Exercise: Every line between the top of the data below and the line with "v 16.47 45.28 5.1", both ends included, must be retyped exactly.

Source material:
________________________

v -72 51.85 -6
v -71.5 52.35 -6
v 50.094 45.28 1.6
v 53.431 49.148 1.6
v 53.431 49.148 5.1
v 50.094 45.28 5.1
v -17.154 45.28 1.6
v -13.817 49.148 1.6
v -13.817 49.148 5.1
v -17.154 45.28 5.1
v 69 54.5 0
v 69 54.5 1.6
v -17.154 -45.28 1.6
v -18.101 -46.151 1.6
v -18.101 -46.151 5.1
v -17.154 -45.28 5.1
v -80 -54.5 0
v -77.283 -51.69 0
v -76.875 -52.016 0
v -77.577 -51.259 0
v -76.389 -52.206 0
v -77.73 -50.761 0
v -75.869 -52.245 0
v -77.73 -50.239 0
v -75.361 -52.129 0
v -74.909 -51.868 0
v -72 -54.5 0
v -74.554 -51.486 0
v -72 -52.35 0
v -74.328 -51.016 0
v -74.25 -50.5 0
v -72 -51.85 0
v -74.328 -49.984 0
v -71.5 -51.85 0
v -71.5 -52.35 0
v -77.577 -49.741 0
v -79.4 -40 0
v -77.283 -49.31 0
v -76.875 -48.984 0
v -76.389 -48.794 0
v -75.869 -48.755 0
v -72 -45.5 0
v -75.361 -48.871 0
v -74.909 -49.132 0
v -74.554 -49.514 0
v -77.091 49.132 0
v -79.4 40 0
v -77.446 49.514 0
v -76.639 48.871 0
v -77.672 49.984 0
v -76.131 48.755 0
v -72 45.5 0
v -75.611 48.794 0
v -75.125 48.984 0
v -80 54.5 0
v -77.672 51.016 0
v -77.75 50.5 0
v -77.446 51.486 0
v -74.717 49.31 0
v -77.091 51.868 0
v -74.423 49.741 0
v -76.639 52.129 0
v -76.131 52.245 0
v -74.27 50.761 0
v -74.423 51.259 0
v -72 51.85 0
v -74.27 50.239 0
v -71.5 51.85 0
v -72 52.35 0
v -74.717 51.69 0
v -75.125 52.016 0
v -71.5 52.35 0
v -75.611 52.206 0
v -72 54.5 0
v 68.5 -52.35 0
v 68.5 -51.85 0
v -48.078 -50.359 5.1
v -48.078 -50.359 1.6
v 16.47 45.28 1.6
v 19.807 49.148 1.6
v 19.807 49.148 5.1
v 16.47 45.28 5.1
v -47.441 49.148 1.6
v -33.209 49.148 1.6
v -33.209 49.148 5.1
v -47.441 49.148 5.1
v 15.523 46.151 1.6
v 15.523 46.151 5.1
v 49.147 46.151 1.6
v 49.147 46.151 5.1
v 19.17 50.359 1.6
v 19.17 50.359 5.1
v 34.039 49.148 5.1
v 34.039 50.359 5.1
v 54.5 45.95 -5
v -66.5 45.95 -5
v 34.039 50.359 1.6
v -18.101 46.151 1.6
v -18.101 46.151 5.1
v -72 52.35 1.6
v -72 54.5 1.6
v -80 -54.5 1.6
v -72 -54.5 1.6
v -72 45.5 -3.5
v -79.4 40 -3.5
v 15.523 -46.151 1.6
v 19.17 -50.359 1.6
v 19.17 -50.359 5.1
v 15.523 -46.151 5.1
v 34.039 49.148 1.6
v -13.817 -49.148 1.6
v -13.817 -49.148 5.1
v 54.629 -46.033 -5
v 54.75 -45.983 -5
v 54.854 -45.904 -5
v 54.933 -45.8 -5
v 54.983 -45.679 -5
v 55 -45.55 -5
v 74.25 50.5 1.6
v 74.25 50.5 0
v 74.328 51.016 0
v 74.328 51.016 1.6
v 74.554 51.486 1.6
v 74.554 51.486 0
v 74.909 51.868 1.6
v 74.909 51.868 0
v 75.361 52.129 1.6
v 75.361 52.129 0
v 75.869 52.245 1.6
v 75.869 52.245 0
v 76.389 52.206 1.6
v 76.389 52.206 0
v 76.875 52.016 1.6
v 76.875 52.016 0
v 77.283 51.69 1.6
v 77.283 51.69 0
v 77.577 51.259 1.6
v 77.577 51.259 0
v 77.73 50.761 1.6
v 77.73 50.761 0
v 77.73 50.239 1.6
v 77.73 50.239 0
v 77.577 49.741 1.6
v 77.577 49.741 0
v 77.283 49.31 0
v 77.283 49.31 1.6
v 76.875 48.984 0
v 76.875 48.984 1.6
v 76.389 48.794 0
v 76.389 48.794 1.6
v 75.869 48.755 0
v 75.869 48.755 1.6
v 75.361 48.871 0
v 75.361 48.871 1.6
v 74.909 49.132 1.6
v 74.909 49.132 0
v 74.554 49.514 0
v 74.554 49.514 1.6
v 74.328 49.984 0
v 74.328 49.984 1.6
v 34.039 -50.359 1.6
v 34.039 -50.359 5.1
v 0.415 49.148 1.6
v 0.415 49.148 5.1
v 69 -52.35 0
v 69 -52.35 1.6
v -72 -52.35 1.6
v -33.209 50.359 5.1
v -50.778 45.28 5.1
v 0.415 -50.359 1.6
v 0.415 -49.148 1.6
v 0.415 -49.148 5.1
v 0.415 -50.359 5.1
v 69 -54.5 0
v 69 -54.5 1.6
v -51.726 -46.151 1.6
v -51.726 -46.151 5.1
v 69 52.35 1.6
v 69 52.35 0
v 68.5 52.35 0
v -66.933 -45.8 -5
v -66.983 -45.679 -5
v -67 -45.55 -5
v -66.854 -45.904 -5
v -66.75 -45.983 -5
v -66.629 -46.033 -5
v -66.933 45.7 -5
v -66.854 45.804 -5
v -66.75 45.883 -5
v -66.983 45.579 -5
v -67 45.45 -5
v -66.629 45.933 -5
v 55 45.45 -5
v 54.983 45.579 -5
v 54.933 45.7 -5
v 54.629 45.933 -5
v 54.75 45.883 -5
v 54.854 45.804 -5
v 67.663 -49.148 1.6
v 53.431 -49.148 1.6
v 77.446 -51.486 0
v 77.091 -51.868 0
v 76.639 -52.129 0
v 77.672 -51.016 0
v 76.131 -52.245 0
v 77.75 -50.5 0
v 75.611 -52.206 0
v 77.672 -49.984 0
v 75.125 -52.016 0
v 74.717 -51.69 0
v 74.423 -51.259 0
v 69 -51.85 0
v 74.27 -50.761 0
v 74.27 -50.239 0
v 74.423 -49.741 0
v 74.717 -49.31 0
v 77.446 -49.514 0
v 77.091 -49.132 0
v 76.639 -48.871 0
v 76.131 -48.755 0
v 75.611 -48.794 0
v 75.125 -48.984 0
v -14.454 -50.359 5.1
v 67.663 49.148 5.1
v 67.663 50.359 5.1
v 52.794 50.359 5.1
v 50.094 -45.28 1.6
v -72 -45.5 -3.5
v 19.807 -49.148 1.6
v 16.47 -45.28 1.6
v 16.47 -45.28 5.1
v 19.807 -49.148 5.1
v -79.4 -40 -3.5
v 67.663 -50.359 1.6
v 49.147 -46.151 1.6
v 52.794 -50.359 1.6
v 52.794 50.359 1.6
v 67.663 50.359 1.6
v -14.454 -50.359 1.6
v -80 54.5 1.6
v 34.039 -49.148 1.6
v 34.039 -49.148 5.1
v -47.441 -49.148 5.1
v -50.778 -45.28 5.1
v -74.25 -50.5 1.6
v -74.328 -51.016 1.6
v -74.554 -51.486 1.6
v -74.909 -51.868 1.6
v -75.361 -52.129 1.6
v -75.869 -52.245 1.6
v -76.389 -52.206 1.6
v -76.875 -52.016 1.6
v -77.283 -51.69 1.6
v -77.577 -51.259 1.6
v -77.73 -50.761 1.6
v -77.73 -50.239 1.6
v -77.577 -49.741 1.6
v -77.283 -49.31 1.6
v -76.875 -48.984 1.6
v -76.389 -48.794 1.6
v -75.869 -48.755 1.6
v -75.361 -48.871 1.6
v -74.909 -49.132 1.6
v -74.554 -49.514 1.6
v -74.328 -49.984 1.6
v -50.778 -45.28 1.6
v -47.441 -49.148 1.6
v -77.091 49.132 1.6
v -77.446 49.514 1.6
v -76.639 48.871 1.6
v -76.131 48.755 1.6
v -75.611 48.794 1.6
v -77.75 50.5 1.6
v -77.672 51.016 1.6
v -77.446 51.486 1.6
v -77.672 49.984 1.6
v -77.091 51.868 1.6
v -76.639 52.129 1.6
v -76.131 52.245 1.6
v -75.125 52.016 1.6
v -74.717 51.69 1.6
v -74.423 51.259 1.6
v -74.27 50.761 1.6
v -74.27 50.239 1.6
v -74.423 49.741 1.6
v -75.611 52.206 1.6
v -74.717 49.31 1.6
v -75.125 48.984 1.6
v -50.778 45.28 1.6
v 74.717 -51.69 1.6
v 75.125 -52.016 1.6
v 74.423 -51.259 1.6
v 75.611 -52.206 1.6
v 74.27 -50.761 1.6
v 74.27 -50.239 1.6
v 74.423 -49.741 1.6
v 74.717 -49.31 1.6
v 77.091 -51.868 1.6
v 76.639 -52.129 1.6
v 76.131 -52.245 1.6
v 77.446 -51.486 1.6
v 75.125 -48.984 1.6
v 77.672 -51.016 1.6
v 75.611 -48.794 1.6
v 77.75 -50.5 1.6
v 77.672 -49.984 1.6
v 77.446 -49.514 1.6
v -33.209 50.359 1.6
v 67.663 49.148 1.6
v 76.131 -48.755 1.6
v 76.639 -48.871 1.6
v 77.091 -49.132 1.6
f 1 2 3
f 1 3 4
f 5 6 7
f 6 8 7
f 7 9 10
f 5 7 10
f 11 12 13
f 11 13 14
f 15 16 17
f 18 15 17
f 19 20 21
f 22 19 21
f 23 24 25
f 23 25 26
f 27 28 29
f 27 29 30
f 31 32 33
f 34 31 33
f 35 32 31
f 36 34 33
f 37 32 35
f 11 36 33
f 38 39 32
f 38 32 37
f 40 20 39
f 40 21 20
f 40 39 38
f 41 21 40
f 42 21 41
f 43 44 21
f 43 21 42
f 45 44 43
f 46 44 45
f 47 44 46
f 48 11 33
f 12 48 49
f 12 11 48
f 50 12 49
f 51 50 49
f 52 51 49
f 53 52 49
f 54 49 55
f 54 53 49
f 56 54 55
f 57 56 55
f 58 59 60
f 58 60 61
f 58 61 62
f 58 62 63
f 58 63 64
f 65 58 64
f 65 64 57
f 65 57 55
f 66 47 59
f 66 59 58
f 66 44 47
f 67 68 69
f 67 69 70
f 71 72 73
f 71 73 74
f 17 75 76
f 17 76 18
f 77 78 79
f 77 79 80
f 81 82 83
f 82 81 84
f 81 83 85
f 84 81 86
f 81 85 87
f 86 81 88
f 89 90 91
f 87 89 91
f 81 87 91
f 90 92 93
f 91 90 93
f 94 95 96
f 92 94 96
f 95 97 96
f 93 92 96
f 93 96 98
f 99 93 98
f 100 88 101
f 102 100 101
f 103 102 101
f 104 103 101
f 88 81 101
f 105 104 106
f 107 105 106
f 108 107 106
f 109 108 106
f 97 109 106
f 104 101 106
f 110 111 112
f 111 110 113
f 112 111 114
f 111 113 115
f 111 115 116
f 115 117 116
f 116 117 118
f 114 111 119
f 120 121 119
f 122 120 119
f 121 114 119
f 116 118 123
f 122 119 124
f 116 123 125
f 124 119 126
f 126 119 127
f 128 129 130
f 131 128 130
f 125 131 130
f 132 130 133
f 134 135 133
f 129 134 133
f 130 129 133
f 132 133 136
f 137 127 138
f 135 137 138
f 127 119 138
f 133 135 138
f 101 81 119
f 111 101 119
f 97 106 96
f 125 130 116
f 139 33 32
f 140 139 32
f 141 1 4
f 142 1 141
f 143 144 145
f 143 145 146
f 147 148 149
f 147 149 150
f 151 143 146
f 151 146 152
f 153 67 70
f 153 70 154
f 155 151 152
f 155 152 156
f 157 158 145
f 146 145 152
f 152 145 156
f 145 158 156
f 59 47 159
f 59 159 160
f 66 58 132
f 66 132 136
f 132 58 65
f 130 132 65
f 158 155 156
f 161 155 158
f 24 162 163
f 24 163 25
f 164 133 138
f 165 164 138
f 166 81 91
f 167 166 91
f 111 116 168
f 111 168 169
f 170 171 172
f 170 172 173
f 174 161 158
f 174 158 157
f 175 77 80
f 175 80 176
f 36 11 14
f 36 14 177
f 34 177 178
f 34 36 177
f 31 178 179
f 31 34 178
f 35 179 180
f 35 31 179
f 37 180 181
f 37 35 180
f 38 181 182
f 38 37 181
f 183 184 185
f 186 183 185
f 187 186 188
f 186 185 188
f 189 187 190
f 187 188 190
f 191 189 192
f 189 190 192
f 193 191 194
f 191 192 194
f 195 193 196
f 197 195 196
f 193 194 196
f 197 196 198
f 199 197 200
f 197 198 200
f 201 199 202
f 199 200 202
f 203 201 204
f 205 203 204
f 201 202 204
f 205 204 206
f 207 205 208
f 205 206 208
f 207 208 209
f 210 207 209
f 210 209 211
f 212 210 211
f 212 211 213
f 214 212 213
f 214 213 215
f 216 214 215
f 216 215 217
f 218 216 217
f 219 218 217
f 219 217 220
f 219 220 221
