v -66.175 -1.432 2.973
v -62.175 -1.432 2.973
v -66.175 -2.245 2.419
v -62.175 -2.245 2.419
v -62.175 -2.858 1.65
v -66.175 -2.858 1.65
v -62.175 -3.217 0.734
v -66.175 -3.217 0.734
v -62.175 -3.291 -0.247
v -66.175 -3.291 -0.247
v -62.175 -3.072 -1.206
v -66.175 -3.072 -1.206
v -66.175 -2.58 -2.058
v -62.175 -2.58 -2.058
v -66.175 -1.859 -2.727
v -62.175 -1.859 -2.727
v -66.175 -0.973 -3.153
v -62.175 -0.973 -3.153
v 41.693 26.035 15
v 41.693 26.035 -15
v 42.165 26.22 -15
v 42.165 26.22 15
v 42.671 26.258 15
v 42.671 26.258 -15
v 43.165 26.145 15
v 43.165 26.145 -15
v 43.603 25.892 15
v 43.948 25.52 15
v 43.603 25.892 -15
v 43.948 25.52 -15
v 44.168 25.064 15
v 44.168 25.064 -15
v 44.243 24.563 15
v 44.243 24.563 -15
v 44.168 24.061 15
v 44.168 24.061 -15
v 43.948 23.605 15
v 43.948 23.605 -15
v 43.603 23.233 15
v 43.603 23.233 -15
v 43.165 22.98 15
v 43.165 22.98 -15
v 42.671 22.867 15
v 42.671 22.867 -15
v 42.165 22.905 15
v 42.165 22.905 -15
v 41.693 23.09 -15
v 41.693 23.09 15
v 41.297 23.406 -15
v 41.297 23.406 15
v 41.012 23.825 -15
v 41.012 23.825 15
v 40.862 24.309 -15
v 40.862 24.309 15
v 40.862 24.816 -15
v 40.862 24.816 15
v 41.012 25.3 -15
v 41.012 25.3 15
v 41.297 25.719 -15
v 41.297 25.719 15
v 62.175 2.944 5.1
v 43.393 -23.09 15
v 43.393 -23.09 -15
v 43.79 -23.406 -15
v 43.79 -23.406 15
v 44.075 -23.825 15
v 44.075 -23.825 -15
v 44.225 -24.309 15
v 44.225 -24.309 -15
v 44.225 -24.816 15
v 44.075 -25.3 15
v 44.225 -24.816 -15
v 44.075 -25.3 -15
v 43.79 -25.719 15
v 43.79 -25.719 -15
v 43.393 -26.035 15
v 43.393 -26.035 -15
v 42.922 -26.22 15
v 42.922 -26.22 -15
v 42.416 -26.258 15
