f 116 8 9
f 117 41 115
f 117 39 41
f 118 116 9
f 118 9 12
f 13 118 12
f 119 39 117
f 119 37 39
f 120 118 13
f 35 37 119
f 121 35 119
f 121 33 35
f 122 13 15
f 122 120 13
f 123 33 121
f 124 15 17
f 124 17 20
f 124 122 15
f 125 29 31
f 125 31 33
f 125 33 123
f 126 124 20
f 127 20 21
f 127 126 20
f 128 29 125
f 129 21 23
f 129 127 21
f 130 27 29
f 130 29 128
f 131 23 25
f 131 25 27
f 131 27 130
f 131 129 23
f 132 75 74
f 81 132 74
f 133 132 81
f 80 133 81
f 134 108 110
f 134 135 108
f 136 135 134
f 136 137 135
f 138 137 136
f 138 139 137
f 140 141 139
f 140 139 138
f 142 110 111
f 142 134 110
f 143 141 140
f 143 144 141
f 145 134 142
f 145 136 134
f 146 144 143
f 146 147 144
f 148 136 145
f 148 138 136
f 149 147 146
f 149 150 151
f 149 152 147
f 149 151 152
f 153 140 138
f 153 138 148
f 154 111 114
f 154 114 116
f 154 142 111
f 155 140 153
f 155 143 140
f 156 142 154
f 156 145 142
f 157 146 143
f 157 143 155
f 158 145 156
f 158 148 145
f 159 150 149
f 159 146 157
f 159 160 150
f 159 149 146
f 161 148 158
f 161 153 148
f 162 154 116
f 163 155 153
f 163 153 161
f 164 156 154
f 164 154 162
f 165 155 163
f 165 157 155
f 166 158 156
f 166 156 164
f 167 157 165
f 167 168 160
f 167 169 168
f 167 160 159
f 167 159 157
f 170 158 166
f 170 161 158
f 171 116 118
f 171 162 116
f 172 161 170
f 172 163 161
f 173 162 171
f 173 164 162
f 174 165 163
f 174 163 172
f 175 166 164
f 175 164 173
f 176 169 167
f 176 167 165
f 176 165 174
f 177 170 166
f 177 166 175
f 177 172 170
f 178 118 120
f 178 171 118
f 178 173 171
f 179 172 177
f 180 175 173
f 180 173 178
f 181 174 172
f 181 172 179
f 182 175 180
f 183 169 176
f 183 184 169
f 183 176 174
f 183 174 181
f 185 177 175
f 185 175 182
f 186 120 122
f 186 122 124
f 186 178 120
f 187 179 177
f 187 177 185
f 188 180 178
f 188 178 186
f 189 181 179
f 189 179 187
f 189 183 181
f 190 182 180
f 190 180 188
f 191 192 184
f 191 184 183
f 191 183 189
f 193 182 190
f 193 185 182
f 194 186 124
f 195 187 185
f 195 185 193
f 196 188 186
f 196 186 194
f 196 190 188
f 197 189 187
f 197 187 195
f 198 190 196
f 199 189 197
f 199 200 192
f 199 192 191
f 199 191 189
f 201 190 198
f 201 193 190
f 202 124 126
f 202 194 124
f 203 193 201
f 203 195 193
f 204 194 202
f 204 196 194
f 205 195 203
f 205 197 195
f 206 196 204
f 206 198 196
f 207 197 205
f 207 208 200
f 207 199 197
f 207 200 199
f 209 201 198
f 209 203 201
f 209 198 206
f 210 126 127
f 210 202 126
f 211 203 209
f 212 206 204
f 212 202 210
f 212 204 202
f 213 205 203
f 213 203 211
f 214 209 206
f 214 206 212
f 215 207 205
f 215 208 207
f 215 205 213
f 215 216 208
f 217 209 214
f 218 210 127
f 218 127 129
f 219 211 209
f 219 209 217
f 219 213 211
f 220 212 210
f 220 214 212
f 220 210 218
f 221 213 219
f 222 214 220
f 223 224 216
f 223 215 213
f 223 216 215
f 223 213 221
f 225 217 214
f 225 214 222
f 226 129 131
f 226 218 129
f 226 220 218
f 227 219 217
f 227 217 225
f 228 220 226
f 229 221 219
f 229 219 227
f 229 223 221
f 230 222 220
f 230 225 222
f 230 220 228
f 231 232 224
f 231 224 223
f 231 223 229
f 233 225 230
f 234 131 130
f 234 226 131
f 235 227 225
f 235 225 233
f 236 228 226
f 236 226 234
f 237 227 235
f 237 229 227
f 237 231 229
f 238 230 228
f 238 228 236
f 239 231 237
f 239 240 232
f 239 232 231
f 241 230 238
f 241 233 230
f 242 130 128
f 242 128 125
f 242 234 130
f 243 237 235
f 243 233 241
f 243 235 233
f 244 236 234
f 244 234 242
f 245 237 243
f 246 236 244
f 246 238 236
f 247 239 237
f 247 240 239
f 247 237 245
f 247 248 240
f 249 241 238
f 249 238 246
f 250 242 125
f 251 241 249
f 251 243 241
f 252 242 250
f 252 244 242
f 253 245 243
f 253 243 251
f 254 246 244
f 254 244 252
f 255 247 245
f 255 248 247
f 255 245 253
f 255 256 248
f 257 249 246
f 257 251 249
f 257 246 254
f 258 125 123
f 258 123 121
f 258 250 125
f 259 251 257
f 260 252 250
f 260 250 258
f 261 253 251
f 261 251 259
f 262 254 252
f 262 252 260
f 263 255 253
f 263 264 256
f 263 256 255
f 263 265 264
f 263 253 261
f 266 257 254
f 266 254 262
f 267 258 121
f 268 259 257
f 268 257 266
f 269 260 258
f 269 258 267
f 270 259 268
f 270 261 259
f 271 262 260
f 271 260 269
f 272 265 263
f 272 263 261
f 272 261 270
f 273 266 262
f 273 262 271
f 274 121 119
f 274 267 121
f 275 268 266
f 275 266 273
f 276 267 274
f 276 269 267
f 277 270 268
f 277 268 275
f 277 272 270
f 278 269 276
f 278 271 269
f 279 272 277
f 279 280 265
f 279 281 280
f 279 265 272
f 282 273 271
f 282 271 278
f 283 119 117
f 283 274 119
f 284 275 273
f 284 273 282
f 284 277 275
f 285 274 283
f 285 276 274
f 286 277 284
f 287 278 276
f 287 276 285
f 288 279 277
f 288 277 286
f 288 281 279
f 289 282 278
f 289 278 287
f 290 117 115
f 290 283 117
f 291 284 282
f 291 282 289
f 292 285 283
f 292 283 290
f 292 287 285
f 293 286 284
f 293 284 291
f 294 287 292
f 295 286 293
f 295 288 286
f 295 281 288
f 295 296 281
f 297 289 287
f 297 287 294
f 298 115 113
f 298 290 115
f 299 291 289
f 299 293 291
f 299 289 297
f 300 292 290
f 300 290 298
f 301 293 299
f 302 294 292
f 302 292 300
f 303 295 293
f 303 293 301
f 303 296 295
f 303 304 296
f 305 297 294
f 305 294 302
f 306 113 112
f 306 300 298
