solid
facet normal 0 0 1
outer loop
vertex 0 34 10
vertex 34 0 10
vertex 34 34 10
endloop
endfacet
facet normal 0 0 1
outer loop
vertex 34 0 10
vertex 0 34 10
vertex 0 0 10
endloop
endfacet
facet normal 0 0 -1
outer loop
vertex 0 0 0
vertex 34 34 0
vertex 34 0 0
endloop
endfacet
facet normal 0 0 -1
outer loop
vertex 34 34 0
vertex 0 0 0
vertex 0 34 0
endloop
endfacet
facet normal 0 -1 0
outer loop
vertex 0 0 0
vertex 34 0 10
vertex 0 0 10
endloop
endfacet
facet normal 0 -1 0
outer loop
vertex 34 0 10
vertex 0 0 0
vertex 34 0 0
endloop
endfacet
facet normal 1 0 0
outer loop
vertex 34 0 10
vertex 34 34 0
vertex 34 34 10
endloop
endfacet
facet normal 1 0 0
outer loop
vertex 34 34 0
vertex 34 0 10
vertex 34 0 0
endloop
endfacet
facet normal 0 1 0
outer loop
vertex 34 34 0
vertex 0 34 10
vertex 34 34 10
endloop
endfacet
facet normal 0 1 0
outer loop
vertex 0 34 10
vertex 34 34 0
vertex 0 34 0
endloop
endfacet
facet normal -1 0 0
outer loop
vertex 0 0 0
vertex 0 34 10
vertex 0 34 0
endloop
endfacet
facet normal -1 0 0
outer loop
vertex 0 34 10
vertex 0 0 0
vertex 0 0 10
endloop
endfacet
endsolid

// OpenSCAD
widthPlexi = 34;
height = 10;

cube([widthPlexi,widthPlexi,height]);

________________________

Solution:
v -72 51.85 -6
v -71.5 52.35 -6
v 50.094 45.28 1.6
v 53.431 49.148 1.6
v 53.431 49.148 5.1
v 50.094 45.28 5.1
v -17.154 45.28 1.6
v -13.817 49.148 1.6
v -13.817 49.148 5.1
v -17.154 45.28 5.1
v 69 54.5 0
v 69 54.5 1.6
v -17.154 -45.28 1.6
v -18.101 -46.151 1.6
v -18.101 -46.151 5.1
v -17.154 -45.28 5.1
v -80 -54.5 0
v -77.283 -51.69 0
v -76.875 -52.016 0
v -77.577 -51.259 0
v -76.389 -52.206 0
v -77.73 -50.761 0
v -75.869 -52.245 0
v -77.73 -50.239 0
v -75.361 -52.129 0
v -74.909 -51.868 0
v -72 -54.5 0
v -74.554 -51.486 0
v -72 -52.35 0
v -74.328 -51.016 0
v -74.25 -50.5 0
v -72 -51.85 0
v -74.328 -49.984 0
v -71.5 -51.85 0
v -71.5 -52.35 0
v -77.577 -49.741 0
v -79.4 -40 0
v -77.283 -49.31 0
v -76.875 -48.984 0
v -76.389 -48.794 0
v -75.869 -48.755 0
v -72 -45.5 0
v -75.361 -48.871 0
v -74.909 -49.132 0
v -74.554 -49.514 0
v -77.091 49.132 0
v -79.4 40 0
v -77.446 49.514 0
v -76.639 48.871 0
v -77.672 49.984 0
v -76.131 48.755 0
v -72 45.5 0
v -75.611 48.794 0
v -75.125 48.984 0
v -80 54.5 0
v -77.672 51.016 0
v -77.75 50.5 0
v -77.446 51.486 0
v -74.717 49.31 0
v -77.091 51.868 0
v -74.423 49.741 0
v -76.639 52.129 0
v -76.131 52.245 0
v -74.27 50.761 0
v -74.423 51.259 0
v -72 51.85 0
v -74.27 50.239 0
v -71.5 51.85 0
v -72 52.35 0
v -74.717 51.69 0
v -75.125 52.016 0
v -71.5 52.35 0
v -75.611 52.206 0
v -72 54.5 0
v 68.5 -52.35 0
v 68.5 -51.85 0
v -48.078 -50.359 5.1
v -48.078 -50.359 1.6
v 16.47 45.28 1.6
v 19.807 49.148 1.6
v 19.807 49.148 5.1
v 16.47 45.28 5.1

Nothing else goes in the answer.